Titular de la Fundación Identidad. Escritora y periodista venezolana. Este lunes disertará en la Universidad Champagnat.

 Nuevas corrientes migratorias inciden en las discusiones políticas de nuestros países. Así como en Europa la llegada de refugiados de Asia y África, en América Latina a las migraciones del siglo pasado entre sus países se suma ahora la recepción de venezolanos que huyen de la situación de su país. En Mendoza, una periodista y escritora oriunda de Venezuela, Antonieta Benítez, descendiente de migrantes también, creó una fundación para abordar la problemática y se está moviendo en todos los niveles para ayudar a todas las partes involucradas. Este lunes a las 18.30 disertará en la Universidad Champagnat sobre el tema, en una convocatoria que involucra a todos los que tengan algo para aportar.

migraciones

Dialogamos sobre el tema con ella.

- ¿Por qué cree usted que hay gente que se va del lugar en donde tiene raíces para intentar "trasplantarse" a otro?

​-La búsqueda del bienestar es la razón fundamental. Cuando la vida de los seres se encuentra "amenazada", por cualquier factor, el impulso natural es la defensa y la búsqueda de protección. Fíjese que me refiero a seres, porque es algo innato en cualquier ser vivo, no solamente en el humano.
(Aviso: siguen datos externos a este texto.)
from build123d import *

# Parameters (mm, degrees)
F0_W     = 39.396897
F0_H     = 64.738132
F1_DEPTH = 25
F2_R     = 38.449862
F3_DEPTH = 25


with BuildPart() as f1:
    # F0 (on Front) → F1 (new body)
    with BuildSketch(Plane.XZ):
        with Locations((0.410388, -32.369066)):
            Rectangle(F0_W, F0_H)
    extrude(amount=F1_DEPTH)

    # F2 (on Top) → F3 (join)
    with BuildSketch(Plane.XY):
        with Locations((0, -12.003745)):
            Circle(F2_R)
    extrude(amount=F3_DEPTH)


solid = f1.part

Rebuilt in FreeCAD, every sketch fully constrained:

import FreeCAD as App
import Part
import Sketcher

V = App.Vector


def add_polygon(sketch, points):
    """Adds a closed chain of lines whose ends are joined by coincident constraints."""
    first, n = sketch.GeometryCount, len(points)
    for a, b in zip(points, points[1:] + points[:1]):
        sketch.addGeometry(Part.LineSegment(App.Vector(*a, 0), App.Vector(*b, 0)), False)
    for i in range(n):
        sketch.addConstraint(Sketcher.Constraint("Coincident", first + i, 2, first + (i + 1) % n, 1))

doc = App.newDocument("Part")
body = doc.addObject("PartDesign::Body", "Body")

sketch1 = doc.addObject("Sketcher::SketchObject", "Sketch")
body.addObject(sketch1)
sketch1.AttachmentSupport = (doc.XZ_Plane, [""])
sketch1.MapMode = "FlatFace"
add_polygon(sketch1, [(-19, 0), (-19, -65), (20, -65), (20, 0)])
sketch1.addConstraint([
    Sketcher.Constraint("Vertical", 0),
    Sketcher.Constraint("Horizontal", 1),
    Sketcher.Constraint("Vertical", 2),
    Sketcher.Constraint("Horizontal", 3),
    Sketcher.Constraint("PointOnObject", 2, 2, -1),
    Sketcher.Constraint("DistanceY", 0, 2, 0, 1, 64.738132),
    Sketcher.Constraint("DistanceX", 1, 1, 1, 2, 39.396897),
    Sketcher.Constraint("DistanceX", 0, 2, -1, 1, 19.288061),
])
pad1 = doc.addObject("PartDesign::Pad", "Pad")
body.addObject(pad1)
pad1.Profile = sketch1
pad1.Length = 25

sketch2 = doc.addObject("Sketcher::SketchObject", "Sketch001")
body.addObject(sketch2)
sketch2.AttachmentSupport = (doc.XY_Plane, [""])
sketch2.MapMode = "FlatFace"
sketch2.addGeometry(Part.Circle(V(0, -12, 0), V(0, 0, 1), 38), False)
sketch2.addConstraint([
    Sketcher.Constraint("PointOnObject", 0, 3, -2),
    Sketcher.Constraint("Diameter", 0, 76.899724),
    Sketcher.Constraint("DistanceY", 0, 3, -1, 1, 12.003745),
])
pad2 = doc.addObject("PartDesign::Pad", "Pad001")
body.addObject(pad2)
pad2.Profile = sketch2
pad2.Length = 25

doc.recompute()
Ahora bien, para el ser humano es más importante, porque es consciente. Se busca preservar a sí mismo y a su entorno inmediato. Protegerlo. Cuando ves eso amenazado, decides arriesgarte. Te das otra oportunidad. Es una difícil decisión, pero a veces, permanecer en el lugar en el que estás, es una sentencia. ​

- La historia del Universo es la historia de las personas que migraron y fueron constituyendo grupos, pueblos, naciones. Sin embargo hoy es percibido como "problema". En algunos casos, como "invasión". ¿Qué tipo de migraciones son las que marcan al mundo en la actualidad?

​- Ciertamente la historia está fundamentada en las migraciones. El continente Americano es totalmente diferente a lo que era, antes del "descubrimiento" por parte de Europa. América cambió entonces y Europa también. África, por su parte, es el lugar que mayor tráfico, trata y movilización de humanos ha tenido en todas las épocas. Asia, es ahora casi un continente disperso por el planeta. Es decir, todos hemos cambiado a raíz del movimiento migratorio.

En el Siglo XX las migraciones estuvieron marcadas, por situaciones bélicas e ideológicas. Las dos guerras mundiales fueron determinantes. A raíz de ellas, hasta surgió un nuevo país, Israel, lo que "supuestamente" estabilizaría a una diáspora que históricamente, había sido errante. Hoy, sabemos, el resultado de ese acto que ha convulsionado el mundo por completo. La guerra española, la Unión Soviética y las situaciones de diversas naciones latino americanas, hicieron lo suyo. Así el siglo pasado, se consolidó como un movimiento migratorio continuo, pero de alguna manera, controlable.

El Siglo XXI está moviendo las fronteras de manera desmedida. Perecieran haberse derretido. La facilidad de las comunicaciones permite que las migraciones no solo sean más sencillas, sino espontáneas. Se ha determinado que la gente joven busca más, movilizarse por el planeta, que establecerse en un hogar convencional. Cuando en el siglo XX buscábamos establecernos en familia, comprar una vivienda y crecer, en el siglo XXI los jóvenes, gastan su dinero e invierten su tiempo en viajar, conocer otras culturas y buscar nuevos horizontes.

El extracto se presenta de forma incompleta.